-- DATA FOR THIS EXERCISE follows --

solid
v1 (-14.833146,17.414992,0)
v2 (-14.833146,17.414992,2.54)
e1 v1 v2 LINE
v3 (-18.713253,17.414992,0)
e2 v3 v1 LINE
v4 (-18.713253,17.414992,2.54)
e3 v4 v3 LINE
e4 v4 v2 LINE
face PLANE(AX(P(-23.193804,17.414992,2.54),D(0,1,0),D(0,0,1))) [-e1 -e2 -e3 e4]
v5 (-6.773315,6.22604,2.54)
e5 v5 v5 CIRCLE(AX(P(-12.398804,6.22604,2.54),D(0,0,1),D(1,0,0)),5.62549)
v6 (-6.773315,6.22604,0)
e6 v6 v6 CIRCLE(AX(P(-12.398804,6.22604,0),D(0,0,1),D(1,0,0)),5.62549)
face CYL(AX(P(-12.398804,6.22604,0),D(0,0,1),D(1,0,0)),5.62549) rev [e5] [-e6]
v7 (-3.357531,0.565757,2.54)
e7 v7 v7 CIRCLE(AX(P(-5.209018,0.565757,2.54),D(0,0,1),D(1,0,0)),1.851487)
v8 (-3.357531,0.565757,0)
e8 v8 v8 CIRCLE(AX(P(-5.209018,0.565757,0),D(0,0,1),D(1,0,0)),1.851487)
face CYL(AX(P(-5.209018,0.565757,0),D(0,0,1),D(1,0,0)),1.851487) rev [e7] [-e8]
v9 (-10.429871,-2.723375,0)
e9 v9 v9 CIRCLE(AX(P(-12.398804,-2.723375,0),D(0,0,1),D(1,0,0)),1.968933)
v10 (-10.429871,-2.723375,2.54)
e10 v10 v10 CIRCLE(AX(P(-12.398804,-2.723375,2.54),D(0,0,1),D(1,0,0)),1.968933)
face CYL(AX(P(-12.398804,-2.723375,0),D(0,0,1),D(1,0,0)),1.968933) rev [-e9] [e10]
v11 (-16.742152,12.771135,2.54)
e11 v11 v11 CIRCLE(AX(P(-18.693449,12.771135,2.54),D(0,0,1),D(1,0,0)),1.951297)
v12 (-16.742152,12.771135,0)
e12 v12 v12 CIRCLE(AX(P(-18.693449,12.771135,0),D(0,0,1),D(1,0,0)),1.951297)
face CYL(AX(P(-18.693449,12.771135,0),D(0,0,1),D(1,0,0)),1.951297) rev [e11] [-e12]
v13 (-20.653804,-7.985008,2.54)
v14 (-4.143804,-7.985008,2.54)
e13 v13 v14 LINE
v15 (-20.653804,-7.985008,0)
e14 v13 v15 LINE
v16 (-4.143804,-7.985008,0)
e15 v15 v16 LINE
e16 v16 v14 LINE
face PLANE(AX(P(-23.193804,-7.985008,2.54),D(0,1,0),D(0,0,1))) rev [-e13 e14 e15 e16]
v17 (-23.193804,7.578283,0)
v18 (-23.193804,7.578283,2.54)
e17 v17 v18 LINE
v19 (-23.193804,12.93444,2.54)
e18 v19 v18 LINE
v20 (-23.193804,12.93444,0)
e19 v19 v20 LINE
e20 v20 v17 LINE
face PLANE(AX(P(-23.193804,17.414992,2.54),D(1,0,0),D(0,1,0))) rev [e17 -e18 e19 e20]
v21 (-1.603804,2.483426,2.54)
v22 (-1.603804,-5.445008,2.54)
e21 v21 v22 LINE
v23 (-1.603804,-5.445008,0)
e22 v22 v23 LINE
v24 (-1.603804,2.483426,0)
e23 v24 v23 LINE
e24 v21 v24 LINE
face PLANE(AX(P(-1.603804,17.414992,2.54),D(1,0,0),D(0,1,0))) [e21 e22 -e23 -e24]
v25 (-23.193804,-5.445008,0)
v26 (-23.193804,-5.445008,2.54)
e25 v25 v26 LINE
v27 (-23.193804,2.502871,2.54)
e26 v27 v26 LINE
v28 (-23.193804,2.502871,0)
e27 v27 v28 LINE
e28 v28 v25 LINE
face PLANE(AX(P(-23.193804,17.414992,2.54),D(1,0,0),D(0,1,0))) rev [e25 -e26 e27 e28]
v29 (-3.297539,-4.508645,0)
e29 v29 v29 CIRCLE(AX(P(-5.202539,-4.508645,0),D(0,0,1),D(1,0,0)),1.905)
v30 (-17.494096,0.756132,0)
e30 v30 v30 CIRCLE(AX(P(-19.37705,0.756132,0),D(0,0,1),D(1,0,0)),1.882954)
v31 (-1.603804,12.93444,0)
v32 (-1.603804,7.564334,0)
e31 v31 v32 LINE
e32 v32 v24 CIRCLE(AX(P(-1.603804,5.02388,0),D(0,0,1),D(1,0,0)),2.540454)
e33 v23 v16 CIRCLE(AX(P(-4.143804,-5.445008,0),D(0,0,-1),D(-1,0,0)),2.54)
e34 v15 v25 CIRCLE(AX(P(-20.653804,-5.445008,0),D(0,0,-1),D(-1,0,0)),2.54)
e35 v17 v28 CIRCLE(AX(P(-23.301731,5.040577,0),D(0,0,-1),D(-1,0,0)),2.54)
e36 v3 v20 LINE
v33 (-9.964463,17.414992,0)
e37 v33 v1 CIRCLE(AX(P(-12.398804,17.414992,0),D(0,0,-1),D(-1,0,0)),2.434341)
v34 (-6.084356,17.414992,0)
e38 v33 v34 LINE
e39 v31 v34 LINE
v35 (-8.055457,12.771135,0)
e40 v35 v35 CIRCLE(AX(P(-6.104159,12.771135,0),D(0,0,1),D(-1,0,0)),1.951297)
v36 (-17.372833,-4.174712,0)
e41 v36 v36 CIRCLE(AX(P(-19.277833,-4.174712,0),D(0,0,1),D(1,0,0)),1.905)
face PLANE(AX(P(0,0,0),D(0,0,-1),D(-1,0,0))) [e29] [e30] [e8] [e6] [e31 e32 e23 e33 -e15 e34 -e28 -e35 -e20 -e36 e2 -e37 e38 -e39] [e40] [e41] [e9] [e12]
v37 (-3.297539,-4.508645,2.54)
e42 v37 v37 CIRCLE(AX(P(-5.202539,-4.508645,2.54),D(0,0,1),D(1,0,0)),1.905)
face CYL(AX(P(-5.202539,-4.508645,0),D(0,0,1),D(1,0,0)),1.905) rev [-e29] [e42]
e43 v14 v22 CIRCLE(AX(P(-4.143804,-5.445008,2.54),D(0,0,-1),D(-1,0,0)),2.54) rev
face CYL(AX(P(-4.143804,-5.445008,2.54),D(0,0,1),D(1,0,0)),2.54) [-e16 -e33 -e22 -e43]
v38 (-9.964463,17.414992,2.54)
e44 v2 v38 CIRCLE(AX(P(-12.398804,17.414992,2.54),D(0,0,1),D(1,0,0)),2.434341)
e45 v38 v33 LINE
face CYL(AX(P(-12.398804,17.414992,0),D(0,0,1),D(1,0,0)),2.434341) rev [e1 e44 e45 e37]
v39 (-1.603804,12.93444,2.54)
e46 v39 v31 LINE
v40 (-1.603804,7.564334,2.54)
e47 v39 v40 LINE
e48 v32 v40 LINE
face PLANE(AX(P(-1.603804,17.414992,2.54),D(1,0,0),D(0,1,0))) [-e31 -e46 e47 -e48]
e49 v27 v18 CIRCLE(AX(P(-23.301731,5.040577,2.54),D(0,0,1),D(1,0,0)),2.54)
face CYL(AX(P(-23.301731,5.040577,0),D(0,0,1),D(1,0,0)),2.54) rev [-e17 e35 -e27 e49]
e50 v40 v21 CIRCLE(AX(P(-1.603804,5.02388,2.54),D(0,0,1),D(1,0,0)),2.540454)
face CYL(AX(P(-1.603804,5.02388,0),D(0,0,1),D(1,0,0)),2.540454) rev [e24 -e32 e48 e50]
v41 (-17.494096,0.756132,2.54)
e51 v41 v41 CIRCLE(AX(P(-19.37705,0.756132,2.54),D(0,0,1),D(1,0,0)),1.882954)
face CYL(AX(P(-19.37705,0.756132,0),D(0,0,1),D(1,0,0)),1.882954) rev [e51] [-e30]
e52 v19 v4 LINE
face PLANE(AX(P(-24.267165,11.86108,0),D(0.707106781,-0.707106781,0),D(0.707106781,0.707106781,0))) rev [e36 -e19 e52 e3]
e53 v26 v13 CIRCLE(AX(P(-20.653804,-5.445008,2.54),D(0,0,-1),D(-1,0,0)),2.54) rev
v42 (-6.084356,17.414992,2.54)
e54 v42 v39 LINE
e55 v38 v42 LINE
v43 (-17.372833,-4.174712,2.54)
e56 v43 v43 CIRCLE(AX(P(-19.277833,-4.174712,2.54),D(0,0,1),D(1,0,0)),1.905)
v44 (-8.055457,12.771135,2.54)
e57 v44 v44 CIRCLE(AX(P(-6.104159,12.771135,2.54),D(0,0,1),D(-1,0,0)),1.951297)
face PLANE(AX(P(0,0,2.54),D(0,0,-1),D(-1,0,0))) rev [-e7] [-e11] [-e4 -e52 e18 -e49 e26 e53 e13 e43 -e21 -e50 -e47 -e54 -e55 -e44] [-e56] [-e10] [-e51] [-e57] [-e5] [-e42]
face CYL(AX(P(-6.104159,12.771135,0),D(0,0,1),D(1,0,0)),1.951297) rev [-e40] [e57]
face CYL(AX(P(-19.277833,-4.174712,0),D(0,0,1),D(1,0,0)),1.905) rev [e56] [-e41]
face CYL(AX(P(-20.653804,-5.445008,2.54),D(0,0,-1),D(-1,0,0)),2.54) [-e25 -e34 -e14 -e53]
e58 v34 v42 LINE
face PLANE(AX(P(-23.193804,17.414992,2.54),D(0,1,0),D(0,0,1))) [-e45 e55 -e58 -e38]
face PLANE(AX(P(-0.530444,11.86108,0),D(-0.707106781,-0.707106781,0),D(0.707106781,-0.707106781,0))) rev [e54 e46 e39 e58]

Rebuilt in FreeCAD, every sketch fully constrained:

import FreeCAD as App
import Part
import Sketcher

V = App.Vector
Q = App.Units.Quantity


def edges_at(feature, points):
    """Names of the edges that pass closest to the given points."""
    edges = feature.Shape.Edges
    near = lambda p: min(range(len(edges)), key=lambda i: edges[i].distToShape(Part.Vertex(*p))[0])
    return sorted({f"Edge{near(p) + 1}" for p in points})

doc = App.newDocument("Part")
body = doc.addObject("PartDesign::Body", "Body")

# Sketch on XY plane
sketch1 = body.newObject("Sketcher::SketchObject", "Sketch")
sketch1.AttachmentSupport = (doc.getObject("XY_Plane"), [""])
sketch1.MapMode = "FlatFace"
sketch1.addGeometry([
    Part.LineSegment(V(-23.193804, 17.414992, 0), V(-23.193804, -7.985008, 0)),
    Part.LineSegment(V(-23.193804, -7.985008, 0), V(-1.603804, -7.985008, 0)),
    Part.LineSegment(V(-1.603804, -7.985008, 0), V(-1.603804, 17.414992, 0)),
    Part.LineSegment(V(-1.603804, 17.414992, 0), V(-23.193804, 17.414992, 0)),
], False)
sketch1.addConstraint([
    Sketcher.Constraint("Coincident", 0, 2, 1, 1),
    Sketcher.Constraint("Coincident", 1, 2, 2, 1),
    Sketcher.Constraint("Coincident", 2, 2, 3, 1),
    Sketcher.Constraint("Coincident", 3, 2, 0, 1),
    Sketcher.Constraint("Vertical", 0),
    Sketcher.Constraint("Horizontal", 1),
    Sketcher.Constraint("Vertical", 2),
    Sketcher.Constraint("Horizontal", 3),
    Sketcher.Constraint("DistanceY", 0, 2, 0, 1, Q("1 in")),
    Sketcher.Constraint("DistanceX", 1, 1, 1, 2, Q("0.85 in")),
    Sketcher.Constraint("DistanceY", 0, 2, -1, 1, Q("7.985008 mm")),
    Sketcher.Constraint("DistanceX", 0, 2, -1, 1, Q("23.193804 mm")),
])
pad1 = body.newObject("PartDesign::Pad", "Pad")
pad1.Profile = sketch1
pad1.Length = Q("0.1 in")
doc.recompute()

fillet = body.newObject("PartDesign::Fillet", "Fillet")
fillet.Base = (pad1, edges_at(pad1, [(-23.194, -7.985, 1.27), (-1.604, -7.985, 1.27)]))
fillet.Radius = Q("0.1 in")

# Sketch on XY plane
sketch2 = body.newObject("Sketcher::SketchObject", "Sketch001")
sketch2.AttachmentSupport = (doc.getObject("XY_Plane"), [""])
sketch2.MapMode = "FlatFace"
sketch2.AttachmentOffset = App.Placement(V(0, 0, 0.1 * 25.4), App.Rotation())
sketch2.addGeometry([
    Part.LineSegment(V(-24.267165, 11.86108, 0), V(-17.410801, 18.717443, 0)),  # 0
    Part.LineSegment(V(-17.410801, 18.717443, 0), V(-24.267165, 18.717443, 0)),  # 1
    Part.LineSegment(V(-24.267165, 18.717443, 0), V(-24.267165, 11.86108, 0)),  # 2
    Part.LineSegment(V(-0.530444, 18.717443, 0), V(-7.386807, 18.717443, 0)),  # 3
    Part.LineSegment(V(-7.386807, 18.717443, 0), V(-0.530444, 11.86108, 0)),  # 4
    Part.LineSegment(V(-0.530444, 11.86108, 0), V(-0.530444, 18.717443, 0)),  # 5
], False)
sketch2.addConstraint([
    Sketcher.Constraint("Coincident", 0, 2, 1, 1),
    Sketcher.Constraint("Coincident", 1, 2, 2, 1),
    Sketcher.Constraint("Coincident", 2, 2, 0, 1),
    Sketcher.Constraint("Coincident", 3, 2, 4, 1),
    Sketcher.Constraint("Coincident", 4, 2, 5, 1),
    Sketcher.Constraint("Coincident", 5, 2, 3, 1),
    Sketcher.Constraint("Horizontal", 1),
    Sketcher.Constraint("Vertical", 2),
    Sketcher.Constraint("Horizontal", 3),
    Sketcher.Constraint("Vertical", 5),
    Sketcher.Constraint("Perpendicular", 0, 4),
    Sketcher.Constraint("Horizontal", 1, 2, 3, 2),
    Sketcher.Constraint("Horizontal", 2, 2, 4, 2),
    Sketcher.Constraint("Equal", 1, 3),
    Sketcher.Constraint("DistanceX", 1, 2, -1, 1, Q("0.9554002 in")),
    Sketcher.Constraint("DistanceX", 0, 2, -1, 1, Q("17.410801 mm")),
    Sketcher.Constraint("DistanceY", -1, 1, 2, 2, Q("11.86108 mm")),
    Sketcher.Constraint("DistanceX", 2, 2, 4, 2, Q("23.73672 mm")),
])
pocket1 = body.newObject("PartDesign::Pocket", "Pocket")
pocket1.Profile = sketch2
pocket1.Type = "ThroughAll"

-- DATA FOR THIS EXERCISE concluded --

### EXERCISE DESCRIPTION
Your task is to transcribe, with no changes, only the lines of the listing above that lie between the line holding "e30 v30 v30" and the line holding "e49 v27 v18", inclusive.

### ANSWER SPACE
e30 v30 v30 CIRCLE(AX(P(-19.37705,0.756132,0),D(0,0,1),D(1,0,0)),1.882954)
v31 (-1.603804,12.93444,0)
v32 (-1.603804,7.564334,0)
e31 v31 v32 LINE
e32 v32 v24 CIRCLE(AX(P(-1.603804,5.02388,0),D(0,0,1),D(1,0,0)),2.540454)
e33 v23 v16 CIRCLE(AX(P(-4.143804,-5.445008,0),D(0,0,-1),D(-1,0,0)),2.54)
e34 v15 v25 CIRCLE(AX(P(-20.653804,-5.445008,0),D(0,0,-1),D(-1,0,0)),2.54)
e35 v17 v28 CIRCLE(AX(P(-23.301731,5.040577,0),D(0,0,-1),D(-1,0,0)),2.54)
e36 v3 v20 LINE
v33 (-9.964463,17.414992,0)
e37 v33 v1 CIRCLE(AX(P(-12.398804,17.414992,0),D(0,0,-1),D(-1,0,0)),2.434341)
v34 (-6.084356,17.414992,0)
e38 v33 v34 LINE
e39 v31 v34 LINE
v35 (-8.055457,12.771135,0)
e40 v35 v35 CIRCLE(AX(P(-6.104159,12.771135,0),D(0,0,1),D(-1,0,0)),1.951297)
v36 (-17.372833,-4.174712,0)
e41 v36 v36 CIRCLE(AX(P(-19.277833,-4.174712,0),D(0,0,1),D(1,0,0)),1.905)
face PLANE(AX(P(0,0,0),D(0,0,-1),D(-1,0,0))) [e29] [e30] [e8] [e6] [e31 e32 e23 e33 -e15 e34 -e28 -e35 -e20 -e36 e2 -e37 e38 -e39] [e40] [e41] [e9] [e12]
v37 (-3.297539,-4.508645,2.54)
e42 v37 v37 CIRCLE(AX(P(-5.202539,-4.508645,2.54),D(0,0,1),D(1,0,0)),1.905)
face CYL(AX(P(-5.202539,-4.508645,0),D(0,0,1),D(1,0,0)),1.905) rev [-e29] [e42]
e43 v14 v22 CIRCLE(AX(P(-4.143804,-5.445008,2.54),D(0,0,-1),D(-1,0,0)),2.54) rev
face CYL(AX(P(-4.143804,-5.445008,2.54),D(0,0,1),D(1,0,0)),2.54) [-e16 -e33 -e22 -e43]
v38 (-9.964463,17.414992,2.54)
e44 v2 v38 CIRCLE(AX(P(-12.398804,17.414992,2.54),D(0,0,1),D(1,0,0)),2.434341)
e45 v38 v33 LINE
face CYL(AX(P(-12.398804,17.414992,0),D(0,0,1),D(1,0,0)),2.434341) rev [e1 e44 e45 e37]
v39 (-1.603804,12.93444,2.54)
e46 v39 v31 LINE
v40 (-1.603804,7.564334,2.54)
e47 v39 v40 LINE
e48 v32 v40 LINE
face PLANE(AX(P(-1.603804,17.414992,2.54),D(1,0,0),D(0,1,0))) [-e31 -e46 e47 -e48]
e49 v27 v18 CIRCLE(AX(P(-23.301731,5.040577,2.54),D(0,0,1),D(1,0,0)),2.54)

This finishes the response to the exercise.